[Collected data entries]
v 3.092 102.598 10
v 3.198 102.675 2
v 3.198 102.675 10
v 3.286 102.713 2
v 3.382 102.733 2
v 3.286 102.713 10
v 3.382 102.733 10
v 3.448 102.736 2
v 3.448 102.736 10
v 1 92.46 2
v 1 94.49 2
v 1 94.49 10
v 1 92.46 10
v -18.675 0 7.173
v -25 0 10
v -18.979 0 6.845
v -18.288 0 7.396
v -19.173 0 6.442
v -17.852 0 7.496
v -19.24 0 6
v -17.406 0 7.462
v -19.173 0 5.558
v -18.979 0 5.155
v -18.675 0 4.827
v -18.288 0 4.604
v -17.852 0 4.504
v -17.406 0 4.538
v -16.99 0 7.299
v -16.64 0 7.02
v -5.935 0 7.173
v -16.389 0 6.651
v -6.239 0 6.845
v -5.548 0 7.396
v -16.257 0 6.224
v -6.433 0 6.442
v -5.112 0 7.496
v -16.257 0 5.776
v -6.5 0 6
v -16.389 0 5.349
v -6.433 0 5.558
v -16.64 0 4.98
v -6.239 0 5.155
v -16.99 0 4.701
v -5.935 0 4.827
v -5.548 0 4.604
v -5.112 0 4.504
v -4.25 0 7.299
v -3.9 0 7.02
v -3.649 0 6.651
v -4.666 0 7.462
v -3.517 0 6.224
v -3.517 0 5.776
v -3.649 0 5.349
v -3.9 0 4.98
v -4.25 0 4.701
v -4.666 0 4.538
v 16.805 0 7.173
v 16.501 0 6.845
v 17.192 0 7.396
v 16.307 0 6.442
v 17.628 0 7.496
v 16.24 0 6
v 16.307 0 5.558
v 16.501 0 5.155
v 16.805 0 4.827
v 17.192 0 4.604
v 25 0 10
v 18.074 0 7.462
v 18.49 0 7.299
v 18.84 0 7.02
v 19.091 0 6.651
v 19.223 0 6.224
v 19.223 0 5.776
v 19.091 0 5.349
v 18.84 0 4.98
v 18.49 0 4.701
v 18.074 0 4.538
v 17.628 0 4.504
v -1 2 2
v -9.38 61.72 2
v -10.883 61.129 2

# GOAL OF THE EXERCISE:
Please retype the records above starting with the line that contains "v 19.223 0 5.776" and stopping after the last line, changing nothing.

# ANSWER:
v 19.223 0 5.776
v 19.091 0 5.349
v 18.84 0 4.98
v 18.49 0 4.701
v 18.074 0 4.538
v 17.628 0 4.504
v -1 2 2
v -9.38 61.72 2
v -10.883 61.129 2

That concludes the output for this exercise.